The answer is to be one number: the count of lines in this listing that have the string "with".

***

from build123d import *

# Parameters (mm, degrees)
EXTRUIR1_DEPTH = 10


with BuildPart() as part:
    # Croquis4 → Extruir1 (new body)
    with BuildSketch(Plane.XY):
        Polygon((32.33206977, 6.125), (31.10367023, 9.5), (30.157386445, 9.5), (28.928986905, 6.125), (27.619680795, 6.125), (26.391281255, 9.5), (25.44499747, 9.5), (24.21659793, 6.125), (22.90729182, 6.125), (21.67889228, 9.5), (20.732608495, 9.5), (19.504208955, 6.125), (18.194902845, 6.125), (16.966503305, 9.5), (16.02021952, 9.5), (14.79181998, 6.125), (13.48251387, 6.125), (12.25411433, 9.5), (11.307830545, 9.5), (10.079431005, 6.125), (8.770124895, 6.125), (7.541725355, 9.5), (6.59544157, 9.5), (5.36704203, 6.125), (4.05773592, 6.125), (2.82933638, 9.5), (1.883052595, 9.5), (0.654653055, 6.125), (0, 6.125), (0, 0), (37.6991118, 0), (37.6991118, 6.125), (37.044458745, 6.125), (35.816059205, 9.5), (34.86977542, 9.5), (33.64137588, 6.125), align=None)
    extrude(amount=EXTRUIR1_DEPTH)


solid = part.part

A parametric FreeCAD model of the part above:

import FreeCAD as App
import Part
import Sketcher

V = App.Vector
Q = App.Units.Quantity

doc = App.newDocument("Part")
body = doc.addObject("PartDesign::Body", "Body")

# Sketch on XY plane
sketch1 = body.newObject("Sketcher::SketchObject", "Sketch")
sketch1.AttachmentSupport = (doc.getObject("XY_Plane"), [""])
sketch1.MapMode = "FlatFace"
sketch1.addGeometry([
    Part.LineSegment(V(32.3, 6.1, 0), V(31.1, 9.5, 0)),  # 0
    Part.LineSegment(V(31.1, 9.5, 0), V(30.2, 9.5, 0)),  # 1
    Part.LineSegment(V(30.2, 9.5, 0), V(28.9, 6.1, 0)),  # 2
    Part.LineSegment(V(28.9, 6.1, 0), V(27.6, 6.1, 0)),  # 3
    Part.LineSegment(V(27.6, 6.1, 0), V(26.4, 9.5, 0)),  # 4
    Part.LineSegment(V(26.4, 9.5, 0), V(25.4, 9.5, 0)),  # 5
    Part.LineSegment(V(25.4, 9.5, 0), V(24.2, 6.1, 0)),  # 6
    Part.LineSegment(V(24.2, 6.1, 0), V(22.9, 6.1, 0)),  # 7
    Part.LineSegment(V(22.9, 6.1, 0), V(21.7, 9.5, 0)),  # 8
    Part.LineSegment(V(21.7, 9.5, 0), V(20.7, 9.5, 0)),  # 9
    Part.LineSegment(V(20.7, 9.5, 0), V(19.5, 6.1, 0)),  # 10
    Part.LineSegment(V(19.5, 6.1, 0), V(18.2, 6.1, 0)),  # 11
    Part.LineSegment(V(18.2, 6.1, 0), V(17, 9.5, 0)),  # 12
    Part.LineSegment(V(17, 9.5, 0), V(16, 9.5, 0)),  # 13
    Part.LineSegment(V(16, 9.5, 0), V(14.8, 6.1, 0)),  # 14
    Part.LineSegment(V(14.8, 6.1, 0), V(13.5, 6.1, 0)),  # 15
    Part.LineSegment(V(13.5, 6.1, 0), V(12.3, 9.5, 0)),  # 16
    Part.LineSegment(V(12.3, 9.5, 0), V(11.3, 9.5, 0)),  # 17
    Part.LineSegment(V(11.3, 9.5, 0), V(10.1, 6.1, 0)),  # 18
    Part.LineSegment(V(10.1, 6.1, 0), V(8.8, 6.1, 0)),  # 19
    Part.LineSegment(V(8.8, 6.1, 0), V(7.5, 9.5, 0)),  # 20
    Part.LineSegment(V(7.5, 9.5, 0), V(6.6, 9.5, 0)),  # 21
    Part.LineSegment(V(6.6, 9.5, 0), V(5.4, 6.1, 0)),  # 22
    Part.LineSegment(V(5.4, 6.1, 0), V(4.1, 6.1, 0)),  # 23
    Part.LineSegment(V(4.1, 6.1, 0), V(2.8, 9.5, 0)),  # 24
    Part.LineSegment(V(2.8, 9.5, 0), V(1.9, 9.5, 0)),  # 25
    Part.LineSegment(V(1.9, 9.5, 0), V(0.7, 6.1, 0)),  # 26
    Part.LineSegment(V(0.7, 6.1, 0), V(0, 6.1, 0)),  # 27
    Part.LineSegment(V(0, 6.1, 0), V(0, 0, 0)),  # 28
    Part.LineSegment(V(0, 0, 0), V(37.7, 0, 0)),  # 29
    Part.LineSegment(V(37.7, 0, 0), V(37.7, 6.1, 0)),  # 30
    Part.LineSegment(V(37.7, 6.1, 0), V(37, 6.1, 0)),  # 31
    Part.LineSegment(V(37, 6.1, 0), V(35.8, 9.5, 0)),  # 32
    Part.LineSegment(V(35.8, 9.5, 0), V(34.9, 9.5, 0)),  # 33
    Part.LineSegment(V(34.9, 9.5, 0), V(33.6, 6.1, 0)),  # 34
    Part.LineSegment(V(33.6, 6.1, 0), V(32.3, 6.1, 0)),  # 35
], False)
sketch1.addConstraint([
    Sketcher.Constraint("Coincident", 0, 2, 1, 1),
    Sketcher.Constraint("Coincident", 1, 2, 2, 1),
    Sketcher.Constraint("Coincident", 2, 2, 3, 1),
    Sketcher.Constraint("Coincident", 3, 2, 4, 1),
    Sketcher.Constraint("Coincident", 4, 2, 5, 1),
    Sketcher.Constraint("Coincident", 5, 2, 6, 1),
    Sketcher.Constraint("Coincident", 6, 2, 7, 1),
    Sketcher.Constraint("Coincident", 7, 2, 8, 1),
    Sketcher.Constraint("Coincident", 8, 2, 9, 1),
    Sketcher.Constraint("Coincident", 9, 2, 10, 1),
    Sketcher.Constraint("Coincident", 10, 2, 11, 1),
    Sketcher.Constraint("Coincident", 11, 2, 12, 1),
    Sketcher.Constraint("Coincident", 12, 2, 13, 1),
    Sketcher.Constraint("Coincident", 13, 2, 14, 1),
    Sketcher.Constraint("Coincident", 14, 2, 15, 1),
    Sketcher.Constraint("Coincident", 15, 2, 16, 1),
    Sketcher.Constraint("Coincident", 16, 2, 17, 1),
    Sketcher.Constraint("Coincident", 17, 2, 18, 1),
    Sketcher.Constraint("Coincident", 18, 2, 19, 1),
    Sketcher.Constraint("Coincident", 19, 2, 20, 1),
    Sketcher.Constraint("Coincident", 20, 2, 21, 1),
    Sketcher.Constraint("Coincident", 21, 2, 22, 1),
    Sketcher.Constraint("Coincident", 22, 2, 23, 1),
    Sketcher.Constraint("Coincident", 23, 2, 24, 1),
    Sketcher.Constraint("Coincident", 24, 2, 25, 1),
    Sketcher.Constraint("Coincident", 25, 2, 26, 1),
    Sketcher.Constraint("Coincident", 26, 2, 27, 1),
    Sketcher.Constraint("Coincident", 27, 2, 28, 1),
    Sketcher.Constraint("Coincident", 28, 2, 29, 1),
    Sketcher.Constraint("Coincident", 29, 2, 30, 1),
    Sketcher.Constraint("Coincident", 30, 2, 31, 1),
    Sketcher.Constraint("Coincident", 31, 2, 32, 1),
    Sketcher.Constraint("Coincident", 32, 2, 33, 1),
    Sketcher.Constraint("Coincident", 33, 2, 34, 1),
    Sketcher.Constraint("Coincident", 34, 2, 35, 1),
    Sketcher.Constraint("Coincident", 35, 2, 0, 1),
    Sketcher.Constraint("Horizontal", 1),
    Sketcher.Constraint("Horizontal", 3),
    Sketcher.Constraint("Horizontal", 5),
    Sketcher.Constraint("Horizontal", 7),
    Sketcher.Constraint("Horizontal", 9),
    Sketcher.Constraint("Horizontal", 11),
    Sketcher.Constraint("Horizontal", 13),
    Sketcher.Constraint("Horizontal", 15),
    Sketcher.Constraint("Horizontal", 17),
    Sketcher.Constraint("Horizontal", 19),
    Sketcher.Constraint("Horizontal", 21),
    Sketcher.Constraint("Horizontal", 23),
    Sketcher.Constraint("Horizontal", 25),
    Sketcher.Constraint("Horizontal", 27),
    Sketcher.Constraint("Vertical", 28),
    Sketcher.Constraint("Horizontal", 29),
    Sketcher.Constraint("Vertical", 30),
    Sketcher.Constraint("Horizontal", 31),
    Sketcher.Constraint("Horizontal", 33),
    Sketcher.Constraint("Horizontal", 35),
    Sketcher.Constraint("Coincident", 28, 2, -1, 1),
    Sketcher.Constraint("Parallel", 0, 4),
    Sketcher.Constraint("Parallel", 2, 6),
    Sketcher.Constraint("Parallel", 4, 8),
    Sketcher.Constraint("Parallel", 6, 10),
    Sketcher.Constraint("Parallel", 8, 12),
    Sketcher.Constraint("Parallel", 10, 14),
    Sketcher.Constraint("Parallel", 12, 16),
    Sketcher.Constraint("Parallel", 14, 18),
    Sketcher.Constraint("Parallel", 16, 20),
    Sketcher.Constraint("Parallel", 18, 22),
    Sketcher.Constraint("Parallel", 20, 24),
    Sketcher.Constraint("Parallel", 22, 26),
    Sketcher.Constraint("Parallel", 24, 32),
    Sketcher.Constraint("Parallel", 26, 34),
    Sketcher.Constraint("Horizontal", 1, 2, 4, 2),
    Sketcher.Constraint("Horizontal", 3, 2, 6, 2),
    Sketcher.Constraint("Horizontal", 5, 2, 8, 2),
    Sketcher.Constraint("Horizontal", 7, 2, 10, 2),
    Sketcher.Constraint("Horizontal", 9, 2, 12, 2),
    Sketcher.Constraint("Horizontal", 11, 2, 14, 2),
    Sketcher.Constraint("Horizontal", 13, 2, 16, 2),
    Sketcher.Constraint("Horizontal", 15, 2, 18, 2),
    Sketcher.Constraint("Horizontal", 17, 2, 20, 2),
    Sketcher.Constraint("Horizontal", 19, 2, 22, 2),
    Sketcher.Constraint("Horizontal", 21, 2, 24, 2),
    Sketcher.Constraint("Horizontal", 23, 2, 26, 2),
    Sketcher.Constraint("Horizontal", 27, 2, 30, 2),
    Sketcher.Constraint("Horizontal", 25, 2, 32, 2),
    Sketcher.Constraint("Horizontal", 31, 2, 34, 2),
    Sketcher.Constraint("Equal", 1, 5),
    Sketcher.Constraint("Equal", 3, 7),
    Sketcher.Constraint("Equal", 5, 9),
    Sketcher.Constraint("Equal", 7, 11),
    Sketcher.Constraint("Equal", 9, 13),
    Sketcher.Constraint("Equal", 11, 15),
    Sketcher.Constraint("Equal", 13, 17),
    Sketcher.Constraint("Equal", 15, 19),
    Sketcher.Constraint("Equal", 17, 21),
    Sketcher.Constraint("Equal", 19, 23),
    Sketcher.Constraint("Equal", 21, 25),
    Sketcher.Constraint("Equal", 27, 31),
    Sketcher.Constraint("Equal", 25, 33),
    Sketcher.Constraint("Equal", 23, 35),
    Sketcher.Constraint("Equal", 0, 2),
    Sketcher.Constraint("Angle", 0, Q("110 deg")),
    Sketcher.Constraint("DistanceY", -1, 1, 0, 2, Q("9.5 mm")),
    Sketcher.Constraint("DistanceY", 28, 2, 28, 1, Q("6.125 mm")),
    Sketcher.Constraint("DistanceX", 29, 1, 29, 2, Q("37.699112 mm")),
    Sketcher.Constraint("DistanceX", 1, 2, 1, 1, Q("0.946284 mm")),
    Sketcher.Constraint("DistanceX", 3, 2, 3, 1, Q("1.309306 mm")),
])
pad1 = body.newObject("PartDesign::Pad", "Pad")
pad1.Profile = sketch1
pad1.Length = 10

doc.recompute()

***

=== THE ANSWER ===
2